Click for a direct link to the article.

Here is the reference for the article.

Davidson, J. R. T. et al. (2002). "Effect of Hypericum perforatum (St. John's wort) in major depressive disorder.  Journal of the American Medical Association, vol 287, no 14.

Questions:

The article uses the technical names "setraline" for the drug Zoloft (which is manufactured by Pfizer and is a cousin of Prozac) and "hypericum perforatum" for St.
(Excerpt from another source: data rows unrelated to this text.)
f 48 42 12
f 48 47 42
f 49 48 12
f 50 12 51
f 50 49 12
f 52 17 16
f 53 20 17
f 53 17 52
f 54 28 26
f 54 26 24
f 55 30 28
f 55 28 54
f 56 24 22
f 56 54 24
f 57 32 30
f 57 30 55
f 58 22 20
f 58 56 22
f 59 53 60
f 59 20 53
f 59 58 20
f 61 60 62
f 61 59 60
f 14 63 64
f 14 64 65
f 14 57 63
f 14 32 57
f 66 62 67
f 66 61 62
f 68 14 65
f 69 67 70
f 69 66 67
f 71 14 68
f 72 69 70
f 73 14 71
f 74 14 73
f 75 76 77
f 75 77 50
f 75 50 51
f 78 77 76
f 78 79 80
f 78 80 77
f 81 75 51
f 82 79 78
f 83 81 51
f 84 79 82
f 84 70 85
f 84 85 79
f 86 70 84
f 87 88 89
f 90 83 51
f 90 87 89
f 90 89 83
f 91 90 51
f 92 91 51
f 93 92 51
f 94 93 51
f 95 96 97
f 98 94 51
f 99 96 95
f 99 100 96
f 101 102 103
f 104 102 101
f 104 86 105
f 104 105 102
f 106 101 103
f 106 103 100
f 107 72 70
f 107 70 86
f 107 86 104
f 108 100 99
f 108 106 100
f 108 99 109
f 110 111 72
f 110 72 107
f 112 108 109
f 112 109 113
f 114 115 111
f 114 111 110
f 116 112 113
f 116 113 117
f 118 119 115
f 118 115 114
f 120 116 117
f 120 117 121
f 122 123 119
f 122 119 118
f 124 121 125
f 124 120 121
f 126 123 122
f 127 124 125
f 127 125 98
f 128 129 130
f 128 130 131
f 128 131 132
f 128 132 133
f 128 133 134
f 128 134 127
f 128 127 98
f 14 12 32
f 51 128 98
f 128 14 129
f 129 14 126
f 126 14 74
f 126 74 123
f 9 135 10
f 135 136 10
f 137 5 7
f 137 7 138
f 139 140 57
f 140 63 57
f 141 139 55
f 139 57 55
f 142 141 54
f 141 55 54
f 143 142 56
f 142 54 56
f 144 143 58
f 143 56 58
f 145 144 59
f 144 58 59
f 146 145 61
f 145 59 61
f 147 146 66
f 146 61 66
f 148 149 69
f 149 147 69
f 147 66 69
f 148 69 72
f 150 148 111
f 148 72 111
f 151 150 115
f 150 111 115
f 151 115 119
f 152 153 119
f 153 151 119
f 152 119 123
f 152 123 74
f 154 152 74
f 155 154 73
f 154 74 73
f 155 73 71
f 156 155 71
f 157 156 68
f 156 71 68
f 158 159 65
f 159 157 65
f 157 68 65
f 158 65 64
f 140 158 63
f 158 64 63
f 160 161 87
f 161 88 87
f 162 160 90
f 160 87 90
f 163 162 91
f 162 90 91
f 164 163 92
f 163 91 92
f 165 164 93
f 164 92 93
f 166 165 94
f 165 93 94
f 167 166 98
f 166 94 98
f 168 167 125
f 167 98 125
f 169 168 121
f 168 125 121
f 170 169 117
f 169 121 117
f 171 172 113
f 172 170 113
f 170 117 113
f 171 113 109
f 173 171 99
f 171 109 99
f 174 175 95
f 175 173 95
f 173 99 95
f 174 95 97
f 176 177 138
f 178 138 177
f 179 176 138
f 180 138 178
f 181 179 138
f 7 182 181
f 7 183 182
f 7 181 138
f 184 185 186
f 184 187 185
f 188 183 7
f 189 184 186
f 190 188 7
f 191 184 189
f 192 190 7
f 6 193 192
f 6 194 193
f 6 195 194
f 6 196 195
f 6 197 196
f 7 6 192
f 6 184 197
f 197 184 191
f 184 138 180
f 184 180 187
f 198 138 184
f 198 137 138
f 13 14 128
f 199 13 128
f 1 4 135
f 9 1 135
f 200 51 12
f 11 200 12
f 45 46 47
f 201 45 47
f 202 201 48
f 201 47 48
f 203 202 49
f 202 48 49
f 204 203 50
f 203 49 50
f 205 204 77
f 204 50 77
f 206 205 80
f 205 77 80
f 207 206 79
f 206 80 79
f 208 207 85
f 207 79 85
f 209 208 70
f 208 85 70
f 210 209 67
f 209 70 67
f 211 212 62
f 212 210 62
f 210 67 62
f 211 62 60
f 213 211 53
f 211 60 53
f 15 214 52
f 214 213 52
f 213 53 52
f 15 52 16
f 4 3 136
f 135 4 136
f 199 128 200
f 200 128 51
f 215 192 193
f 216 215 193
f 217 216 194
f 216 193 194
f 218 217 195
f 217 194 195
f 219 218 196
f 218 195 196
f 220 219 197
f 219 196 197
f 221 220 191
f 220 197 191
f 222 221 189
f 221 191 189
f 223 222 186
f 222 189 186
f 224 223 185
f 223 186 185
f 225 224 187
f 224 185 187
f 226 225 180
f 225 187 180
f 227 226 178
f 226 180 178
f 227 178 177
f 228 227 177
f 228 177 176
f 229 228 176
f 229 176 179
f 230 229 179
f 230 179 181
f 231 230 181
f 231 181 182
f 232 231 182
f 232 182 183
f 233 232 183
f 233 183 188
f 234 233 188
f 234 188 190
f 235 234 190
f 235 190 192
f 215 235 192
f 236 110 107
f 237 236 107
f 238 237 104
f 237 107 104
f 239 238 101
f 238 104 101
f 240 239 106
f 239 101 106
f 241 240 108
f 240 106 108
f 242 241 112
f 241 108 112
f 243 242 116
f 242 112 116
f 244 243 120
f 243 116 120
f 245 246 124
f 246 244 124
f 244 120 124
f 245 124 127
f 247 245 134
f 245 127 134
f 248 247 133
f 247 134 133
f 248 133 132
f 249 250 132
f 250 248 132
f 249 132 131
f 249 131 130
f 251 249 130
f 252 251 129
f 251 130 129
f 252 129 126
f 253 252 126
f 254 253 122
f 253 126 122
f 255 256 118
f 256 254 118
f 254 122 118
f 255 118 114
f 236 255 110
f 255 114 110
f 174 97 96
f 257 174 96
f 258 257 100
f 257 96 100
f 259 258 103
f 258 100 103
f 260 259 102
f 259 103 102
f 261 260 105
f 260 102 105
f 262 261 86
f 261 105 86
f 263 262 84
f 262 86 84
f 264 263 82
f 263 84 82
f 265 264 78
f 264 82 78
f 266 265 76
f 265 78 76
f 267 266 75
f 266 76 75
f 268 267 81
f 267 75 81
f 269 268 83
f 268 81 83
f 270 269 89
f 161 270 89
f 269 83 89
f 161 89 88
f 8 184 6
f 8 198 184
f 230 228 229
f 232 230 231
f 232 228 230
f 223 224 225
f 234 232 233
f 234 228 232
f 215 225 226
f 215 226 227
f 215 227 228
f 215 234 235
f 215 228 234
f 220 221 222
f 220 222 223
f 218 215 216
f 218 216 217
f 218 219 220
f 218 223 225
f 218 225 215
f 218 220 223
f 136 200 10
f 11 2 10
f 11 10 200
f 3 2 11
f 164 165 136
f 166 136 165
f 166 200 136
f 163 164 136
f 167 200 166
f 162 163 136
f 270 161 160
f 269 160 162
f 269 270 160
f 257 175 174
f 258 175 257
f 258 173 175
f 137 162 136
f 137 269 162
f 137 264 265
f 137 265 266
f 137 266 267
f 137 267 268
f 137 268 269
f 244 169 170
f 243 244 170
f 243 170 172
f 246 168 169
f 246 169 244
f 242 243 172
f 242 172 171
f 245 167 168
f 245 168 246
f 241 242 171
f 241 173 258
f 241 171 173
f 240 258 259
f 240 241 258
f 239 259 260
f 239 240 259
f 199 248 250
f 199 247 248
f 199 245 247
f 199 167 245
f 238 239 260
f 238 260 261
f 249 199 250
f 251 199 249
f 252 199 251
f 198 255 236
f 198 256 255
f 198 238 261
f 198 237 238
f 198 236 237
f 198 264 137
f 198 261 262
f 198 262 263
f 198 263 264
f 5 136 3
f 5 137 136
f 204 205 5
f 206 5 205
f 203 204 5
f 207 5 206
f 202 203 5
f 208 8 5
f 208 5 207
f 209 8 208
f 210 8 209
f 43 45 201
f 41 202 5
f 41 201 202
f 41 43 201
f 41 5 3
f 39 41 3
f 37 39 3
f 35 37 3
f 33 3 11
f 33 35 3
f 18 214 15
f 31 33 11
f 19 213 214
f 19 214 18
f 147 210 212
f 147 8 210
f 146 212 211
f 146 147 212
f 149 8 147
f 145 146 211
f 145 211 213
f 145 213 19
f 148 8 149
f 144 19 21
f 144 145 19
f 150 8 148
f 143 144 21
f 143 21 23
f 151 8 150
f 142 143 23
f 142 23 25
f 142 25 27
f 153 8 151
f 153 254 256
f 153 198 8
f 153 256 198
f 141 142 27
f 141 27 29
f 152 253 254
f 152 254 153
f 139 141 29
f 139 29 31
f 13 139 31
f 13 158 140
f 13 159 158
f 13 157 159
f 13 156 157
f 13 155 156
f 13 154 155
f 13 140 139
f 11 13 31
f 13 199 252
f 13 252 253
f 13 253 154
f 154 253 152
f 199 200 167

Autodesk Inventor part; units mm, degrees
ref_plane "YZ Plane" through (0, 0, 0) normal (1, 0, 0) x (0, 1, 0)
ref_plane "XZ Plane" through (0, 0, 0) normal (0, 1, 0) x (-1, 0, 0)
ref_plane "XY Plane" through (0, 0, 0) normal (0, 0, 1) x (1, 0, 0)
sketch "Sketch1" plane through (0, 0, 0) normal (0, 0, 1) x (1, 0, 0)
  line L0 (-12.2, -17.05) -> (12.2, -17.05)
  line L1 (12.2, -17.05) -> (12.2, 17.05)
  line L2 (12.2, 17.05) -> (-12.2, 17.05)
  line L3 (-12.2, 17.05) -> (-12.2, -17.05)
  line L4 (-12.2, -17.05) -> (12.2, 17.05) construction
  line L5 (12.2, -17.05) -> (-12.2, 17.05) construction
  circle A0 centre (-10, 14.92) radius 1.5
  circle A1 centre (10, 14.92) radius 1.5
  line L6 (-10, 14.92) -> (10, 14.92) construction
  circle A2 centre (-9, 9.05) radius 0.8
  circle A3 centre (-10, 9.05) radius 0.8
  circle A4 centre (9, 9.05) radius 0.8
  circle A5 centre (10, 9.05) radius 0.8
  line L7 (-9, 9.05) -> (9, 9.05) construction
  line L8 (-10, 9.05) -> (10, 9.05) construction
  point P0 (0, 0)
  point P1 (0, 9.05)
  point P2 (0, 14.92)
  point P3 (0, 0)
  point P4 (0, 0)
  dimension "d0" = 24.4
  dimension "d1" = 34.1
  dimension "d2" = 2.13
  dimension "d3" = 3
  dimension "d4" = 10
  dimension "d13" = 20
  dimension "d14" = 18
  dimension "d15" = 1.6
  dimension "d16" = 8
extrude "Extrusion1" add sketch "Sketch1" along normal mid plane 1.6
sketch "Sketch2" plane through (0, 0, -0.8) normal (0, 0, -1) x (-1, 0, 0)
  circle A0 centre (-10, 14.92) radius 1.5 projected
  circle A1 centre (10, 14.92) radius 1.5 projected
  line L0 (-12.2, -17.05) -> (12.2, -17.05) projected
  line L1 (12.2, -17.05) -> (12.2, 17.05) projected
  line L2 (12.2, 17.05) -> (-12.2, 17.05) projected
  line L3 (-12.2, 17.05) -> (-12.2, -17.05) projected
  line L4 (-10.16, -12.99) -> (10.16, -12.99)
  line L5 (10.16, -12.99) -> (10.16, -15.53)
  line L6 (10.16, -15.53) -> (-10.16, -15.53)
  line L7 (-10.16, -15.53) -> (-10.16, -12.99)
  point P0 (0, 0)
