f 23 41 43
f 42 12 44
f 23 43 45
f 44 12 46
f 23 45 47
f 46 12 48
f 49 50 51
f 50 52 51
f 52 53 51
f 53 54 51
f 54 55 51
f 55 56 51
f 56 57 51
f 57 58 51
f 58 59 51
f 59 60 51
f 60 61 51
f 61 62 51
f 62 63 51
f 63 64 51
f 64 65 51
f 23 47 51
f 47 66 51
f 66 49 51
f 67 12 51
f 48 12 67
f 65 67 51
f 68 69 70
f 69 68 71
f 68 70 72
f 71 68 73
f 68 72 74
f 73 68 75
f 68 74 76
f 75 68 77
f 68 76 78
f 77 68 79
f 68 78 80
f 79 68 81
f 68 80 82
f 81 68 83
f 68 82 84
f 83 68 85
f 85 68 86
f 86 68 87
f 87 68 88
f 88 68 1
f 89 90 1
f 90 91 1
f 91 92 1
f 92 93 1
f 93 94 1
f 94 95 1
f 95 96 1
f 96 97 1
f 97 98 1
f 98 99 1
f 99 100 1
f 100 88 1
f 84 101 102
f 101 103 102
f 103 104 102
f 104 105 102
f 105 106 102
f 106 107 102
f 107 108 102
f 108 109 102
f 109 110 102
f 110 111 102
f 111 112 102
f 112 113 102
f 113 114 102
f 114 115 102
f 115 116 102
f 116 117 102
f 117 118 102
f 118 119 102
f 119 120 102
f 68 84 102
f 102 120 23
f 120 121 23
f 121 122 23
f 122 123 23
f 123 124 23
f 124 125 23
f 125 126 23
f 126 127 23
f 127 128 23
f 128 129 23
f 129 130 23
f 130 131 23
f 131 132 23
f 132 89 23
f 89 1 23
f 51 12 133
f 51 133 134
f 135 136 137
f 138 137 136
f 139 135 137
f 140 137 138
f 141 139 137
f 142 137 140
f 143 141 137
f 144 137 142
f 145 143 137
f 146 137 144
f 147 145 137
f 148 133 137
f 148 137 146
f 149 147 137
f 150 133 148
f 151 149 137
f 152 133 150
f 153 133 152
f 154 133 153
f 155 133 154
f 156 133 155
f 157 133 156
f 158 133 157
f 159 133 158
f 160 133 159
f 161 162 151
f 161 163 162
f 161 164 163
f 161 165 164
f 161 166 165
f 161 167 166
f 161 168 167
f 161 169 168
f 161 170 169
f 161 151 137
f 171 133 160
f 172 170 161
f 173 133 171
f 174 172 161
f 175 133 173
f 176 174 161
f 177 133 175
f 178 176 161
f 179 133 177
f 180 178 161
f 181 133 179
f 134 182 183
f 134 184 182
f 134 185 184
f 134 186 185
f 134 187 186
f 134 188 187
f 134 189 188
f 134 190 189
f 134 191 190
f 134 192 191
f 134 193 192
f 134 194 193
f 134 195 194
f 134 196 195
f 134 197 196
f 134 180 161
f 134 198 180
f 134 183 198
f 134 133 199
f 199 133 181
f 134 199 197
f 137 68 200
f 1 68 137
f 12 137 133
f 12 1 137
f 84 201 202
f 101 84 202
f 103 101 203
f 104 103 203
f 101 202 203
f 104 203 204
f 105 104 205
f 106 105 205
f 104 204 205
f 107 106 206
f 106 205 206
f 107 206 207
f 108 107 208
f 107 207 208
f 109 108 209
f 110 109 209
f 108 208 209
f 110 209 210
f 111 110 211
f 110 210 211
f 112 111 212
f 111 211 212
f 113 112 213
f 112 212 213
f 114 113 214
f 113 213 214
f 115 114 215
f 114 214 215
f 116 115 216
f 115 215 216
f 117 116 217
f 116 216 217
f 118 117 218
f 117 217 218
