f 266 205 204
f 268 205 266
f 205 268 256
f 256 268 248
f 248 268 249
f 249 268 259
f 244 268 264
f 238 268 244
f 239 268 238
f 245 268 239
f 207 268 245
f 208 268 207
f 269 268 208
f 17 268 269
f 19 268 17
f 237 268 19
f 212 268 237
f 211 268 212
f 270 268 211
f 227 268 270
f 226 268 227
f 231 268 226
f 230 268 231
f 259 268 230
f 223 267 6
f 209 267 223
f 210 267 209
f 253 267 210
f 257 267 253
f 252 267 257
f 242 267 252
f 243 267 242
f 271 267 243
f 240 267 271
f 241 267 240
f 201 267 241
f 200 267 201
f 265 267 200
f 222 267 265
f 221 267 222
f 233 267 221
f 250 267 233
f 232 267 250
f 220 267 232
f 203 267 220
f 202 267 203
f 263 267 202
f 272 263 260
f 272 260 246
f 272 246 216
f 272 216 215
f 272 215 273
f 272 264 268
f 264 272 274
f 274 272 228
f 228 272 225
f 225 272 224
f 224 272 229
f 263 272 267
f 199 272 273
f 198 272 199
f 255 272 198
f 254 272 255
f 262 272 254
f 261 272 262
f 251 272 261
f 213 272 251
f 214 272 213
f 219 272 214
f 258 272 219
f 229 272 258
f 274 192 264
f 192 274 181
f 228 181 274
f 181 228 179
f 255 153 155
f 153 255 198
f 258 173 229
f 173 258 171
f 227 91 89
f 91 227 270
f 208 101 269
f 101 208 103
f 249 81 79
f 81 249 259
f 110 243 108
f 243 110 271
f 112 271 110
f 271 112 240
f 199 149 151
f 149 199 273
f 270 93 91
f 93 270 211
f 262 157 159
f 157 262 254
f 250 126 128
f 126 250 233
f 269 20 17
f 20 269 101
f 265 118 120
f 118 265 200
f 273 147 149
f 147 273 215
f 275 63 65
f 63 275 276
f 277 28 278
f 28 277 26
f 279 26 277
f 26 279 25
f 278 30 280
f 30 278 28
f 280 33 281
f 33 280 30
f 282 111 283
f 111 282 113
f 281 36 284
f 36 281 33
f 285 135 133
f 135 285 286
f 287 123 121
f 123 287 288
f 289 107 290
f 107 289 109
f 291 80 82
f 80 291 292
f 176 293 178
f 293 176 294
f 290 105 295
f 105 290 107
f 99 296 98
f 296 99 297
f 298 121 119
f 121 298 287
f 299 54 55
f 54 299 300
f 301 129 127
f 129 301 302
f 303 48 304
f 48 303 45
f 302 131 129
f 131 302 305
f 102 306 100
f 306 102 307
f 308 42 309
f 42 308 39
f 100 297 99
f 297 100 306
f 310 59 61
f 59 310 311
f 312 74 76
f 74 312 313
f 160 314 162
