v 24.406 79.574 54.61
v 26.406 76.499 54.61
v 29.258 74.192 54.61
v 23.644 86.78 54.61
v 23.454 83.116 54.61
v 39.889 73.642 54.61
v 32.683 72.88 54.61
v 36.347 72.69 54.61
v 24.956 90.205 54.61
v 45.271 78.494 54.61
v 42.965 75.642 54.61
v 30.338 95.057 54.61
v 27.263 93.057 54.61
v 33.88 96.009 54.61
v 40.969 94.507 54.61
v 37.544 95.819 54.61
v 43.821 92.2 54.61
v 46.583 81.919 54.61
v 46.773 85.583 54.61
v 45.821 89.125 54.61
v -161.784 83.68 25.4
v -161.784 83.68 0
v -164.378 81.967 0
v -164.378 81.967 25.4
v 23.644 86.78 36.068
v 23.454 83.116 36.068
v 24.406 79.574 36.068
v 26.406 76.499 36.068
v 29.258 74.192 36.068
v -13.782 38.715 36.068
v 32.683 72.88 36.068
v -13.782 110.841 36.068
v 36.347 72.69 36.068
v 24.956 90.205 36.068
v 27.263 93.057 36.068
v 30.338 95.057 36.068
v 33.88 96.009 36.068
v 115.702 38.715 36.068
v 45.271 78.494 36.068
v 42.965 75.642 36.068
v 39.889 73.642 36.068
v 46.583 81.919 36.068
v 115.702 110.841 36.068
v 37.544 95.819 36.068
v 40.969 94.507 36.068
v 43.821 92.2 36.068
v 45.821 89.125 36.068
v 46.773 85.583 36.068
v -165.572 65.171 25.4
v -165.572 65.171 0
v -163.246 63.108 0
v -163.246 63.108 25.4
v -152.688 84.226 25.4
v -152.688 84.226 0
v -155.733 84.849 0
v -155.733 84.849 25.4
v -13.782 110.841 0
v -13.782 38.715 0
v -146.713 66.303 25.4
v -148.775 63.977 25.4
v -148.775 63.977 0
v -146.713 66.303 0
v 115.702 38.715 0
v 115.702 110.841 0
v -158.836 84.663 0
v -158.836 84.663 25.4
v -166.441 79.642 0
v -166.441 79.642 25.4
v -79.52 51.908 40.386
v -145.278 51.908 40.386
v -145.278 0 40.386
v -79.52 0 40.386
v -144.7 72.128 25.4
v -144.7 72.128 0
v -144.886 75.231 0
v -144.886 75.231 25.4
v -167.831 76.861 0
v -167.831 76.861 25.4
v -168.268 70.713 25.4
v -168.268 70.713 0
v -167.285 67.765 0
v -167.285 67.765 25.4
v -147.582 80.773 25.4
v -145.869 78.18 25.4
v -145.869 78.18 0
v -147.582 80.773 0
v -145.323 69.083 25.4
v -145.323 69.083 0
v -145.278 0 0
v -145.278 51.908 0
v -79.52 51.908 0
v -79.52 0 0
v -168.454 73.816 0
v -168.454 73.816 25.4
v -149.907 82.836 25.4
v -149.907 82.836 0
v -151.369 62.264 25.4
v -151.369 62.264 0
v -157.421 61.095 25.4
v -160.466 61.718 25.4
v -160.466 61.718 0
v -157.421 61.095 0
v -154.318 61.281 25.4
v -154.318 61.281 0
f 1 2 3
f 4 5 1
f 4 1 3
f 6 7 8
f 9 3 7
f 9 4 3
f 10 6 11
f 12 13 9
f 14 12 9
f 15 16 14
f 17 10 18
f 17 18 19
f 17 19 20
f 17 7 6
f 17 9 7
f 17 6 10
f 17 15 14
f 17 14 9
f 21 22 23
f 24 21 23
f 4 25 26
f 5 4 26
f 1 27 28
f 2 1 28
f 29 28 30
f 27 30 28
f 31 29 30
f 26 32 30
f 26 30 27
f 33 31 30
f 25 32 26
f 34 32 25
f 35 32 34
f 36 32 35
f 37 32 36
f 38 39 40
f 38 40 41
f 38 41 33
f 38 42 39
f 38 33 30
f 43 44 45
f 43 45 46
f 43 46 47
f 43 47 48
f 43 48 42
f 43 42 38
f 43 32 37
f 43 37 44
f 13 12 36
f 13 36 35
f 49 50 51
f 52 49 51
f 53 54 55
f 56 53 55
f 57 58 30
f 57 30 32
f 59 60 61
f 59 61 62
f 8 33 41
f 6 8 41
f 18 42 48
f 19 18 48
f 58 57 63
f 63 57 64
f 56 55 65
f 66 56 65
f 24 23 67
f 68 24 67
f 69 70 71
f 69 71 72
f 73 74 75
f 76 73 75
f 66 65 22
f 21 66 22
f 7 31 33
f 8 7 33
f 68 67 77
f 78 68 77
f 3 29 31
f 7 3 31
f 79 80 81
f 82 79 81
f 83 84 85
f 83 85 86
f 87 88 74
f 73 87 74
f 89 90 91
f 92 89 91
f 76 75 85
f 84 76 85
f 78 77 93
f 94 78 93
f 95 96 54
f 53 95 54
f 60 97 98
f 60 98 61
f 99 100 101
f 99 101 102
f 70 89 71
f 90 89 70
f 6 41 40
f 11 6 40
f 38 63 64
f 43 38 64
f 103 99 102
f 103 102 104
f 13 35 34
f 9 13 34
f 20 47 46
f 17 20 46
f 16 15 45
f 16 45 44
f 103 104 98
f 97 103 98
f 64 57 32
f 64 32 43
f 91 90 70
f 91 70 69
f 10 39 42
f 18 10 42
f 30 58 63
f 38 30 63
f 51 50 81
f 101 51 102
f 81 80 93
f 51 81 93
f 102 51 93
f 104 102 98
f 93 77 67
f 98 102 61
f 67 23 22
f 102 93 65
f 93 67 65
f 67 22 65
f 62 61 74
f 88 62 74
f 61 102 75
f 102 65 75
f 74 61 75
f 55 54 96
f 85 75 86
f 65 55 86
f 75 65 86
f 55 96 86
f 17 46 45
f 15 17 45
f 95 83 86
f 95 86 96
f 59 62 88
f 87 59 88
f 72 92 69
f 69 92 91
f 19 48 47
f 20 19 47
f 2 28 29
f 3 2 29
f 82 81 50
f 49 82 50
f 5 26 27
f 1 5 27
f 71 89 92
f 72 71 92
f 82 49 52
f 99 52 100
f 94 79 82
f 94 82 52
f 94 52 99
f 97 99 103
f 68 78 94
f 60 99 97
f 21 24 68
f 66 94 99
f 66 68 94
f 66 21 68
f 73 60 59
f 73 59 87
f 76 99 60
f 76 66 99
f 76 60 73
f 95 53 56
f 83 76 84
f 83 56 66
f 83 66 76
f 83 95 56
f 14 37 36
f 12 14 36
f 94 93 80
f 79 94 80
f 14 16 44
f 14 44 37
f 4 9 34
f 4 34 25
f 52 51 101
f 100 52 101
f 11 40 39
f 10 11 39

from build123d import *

# Parameters (mm, degrees)
F0_W     = 65.757632
F0_H     = 51.907856
F1_DEPTH = 40.386
F3_DEPTH = 25.4
F5_DEPTH = 54.61
F6_W     = 129.483937
F6_H     = 72.125848
F7_DEPTH = 36.068


with BuildPart() as f1:
    # F0 (on Top) → F1 (new body)
    with BuildSketch(Plane.XY):
        with Locations((-112.398729, 25.953928)):
            Rectangle(F0_W, F0_H)
    extrude(amount=F1_DEPTH)


with BuildPart() as f3:
    # F2 (on Top) → F3 (new body)
    with BuildSketch(Plane.XY):
        Polygon((-148.775396, 63.976901), (-146.713111, 66.302566), (-145.323023, 69.082744), (-144.699865, 72.127971), (-144.886103, 75.23072), (-145.869045, 78.179543), (-147.581706, 80.773483), (-149.907371, 82.835768), (-152.687549, 84.225856), (-155.732776, 84.849014), (-158.835525, 84.662776), (-161.784348, 83.679834), (-164.378289, 81.967173), (-166.440573, 79.641508), (-167.830661, 76.86133), (-168.453819, 73.816103), (-168.267582, 70.713354), (-167.284639, 67.764531), (-165.571978, 65.17059), (-163.246313, 63.108306), (-160.466135, 61.718218), (-157.420908, 61.09506), (-154.318159, 61.281297), (-151.369336, 62.26424), align=None)
    extrude(amount=F3_DEPTH)


with BuildPart() as f5:
    # F4 (on Top) → F5 (new body)
    with BuildSketch(Plane.XY):
        Polygon((42.964521, 75.64168), (45.271141, 78.493935), (46.583472, 81.919375), (46.773054, 85.582694), (45.821329, 89.125302), (43.821458, 92.200423), (40.969204, 94.507043), (37.543764, 95.819375), (33.880444, 96.008956), (30.337836, 95.057231), (27.262715, 93.057361), (24.956095, 90.205106), (23.643764, 86.779666), (23.454182, 83.116347), (24.405907, 79.573739), (26.405777, 76.498618), (29.258032, 74.191998), (32.683472, 72.879667), (36.346791, 72.690085), (39.889399, 73.64181), align=None)
    extrude(amount=F5_DEPTH)

    # F6 (on Top) → F7 (join)
    with BuildSketch(Plane.XY):
        with Locations((50.95999, 74.777985)):
            Rectangle(F6_W, F6_H)
    extrude(amount=F7_DEPTH)


solid = Compound([f1.part, f3.part, f5.part])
John's wort.  We will replace these by the popular names in discussing the results of the study.

1.  a) What are the treatments?  What are the dosages for the treatments?
     b) How many people are assigned to each treatment?
     c) How are people selected to participate in the study?
     d) How long did the study last?
     e) What are the main outcome measures?

2.  Give three examples of people who are excluded from the study.  Why do you think the authors excluded these people from the study?

3.  In your own words, write an explanation of how the subjects were assigned to treatments for someone who hasn't read the article.  (Simply copying or paraphrasing the sentences from the paper will not earn credit.)

4.  Based on Table 1, are the three groups reasonably well-balanced on background characteristics before the study began?  If not which variables are not balanced?

5.  The authors write in great length to convince us that the study is double-blind.  Why is double-blinding important for this study?


Article 3:  What are the effects on employment of increasing the minimum wage?

Classical economic theory predicts that increasing wages decreases employment.  This is one of the main arguments against raising the minimum wage.   The theory is informative, but it should not be trusted in isolation.  We need evidence from data to see whether the theory is correct.

Card and Krueger (1994) assessed the effects of raising the minimum wage by examining wages and employment practices in fast food restaurants.

Here is a direct link to their article.  It is a pdf file, so you'll need Adobe Acrobat to read it.  If you don't have this, follow the instructions below.

I got the article originally from JSTOR, an on-line journal search engine available to Duke.  To open the article, go to the Duke libraries home page. Click on "E-Journals", then click on "Economics" under "Social Sciences".  Click on "A", and scroll down until you see "The American economic review, 1911-1918".  Click on that, then select "Browse this journal".  Select "Vol. 81 - Vol. 88", then scroll down to Vol. 84 and select Issue 4.  Scroll down until you see the article, and select "View Article" to see the contents.

The reference for the article is:

Card, D. and Krueger, A. B. (1994).  "Minimum wages and employment: A case study of the fast-food industry in New Jersey and Pennsylvania".  The American Economic Review,  84.  pp. 772-793.

Questions:

1. a) What are the treatments?
    b) What are the units of study?  Why do the authors use these units for study?
    c) How many units are used in each treatment group for the difference of differences analysis reported in row 4 of Table 3?
    d) What are the main outcome measures?

2.  Is this an observational study or a randomized experiment?  Justify your answer in one sentence.

3.  Based on Table 2, were the two groups balanced on background characteristics before the minimum wage took effect?  If not, which variables are not balanced?

4.  The authors worked hard to obtain information from restaurants that did not respond to the first wave of the survey.  Why might ignoring those missing restuarants be an unwise decision when estimating the effect of the minimum wage on employment?

5.  In all observational studies, there could be other factors that affect the treatment groups' responses and thereby explain apparent causal effects.  Did Card and Krueger examine any alternative hypotheses?   If so, describe their analysis of any one of these alternatives.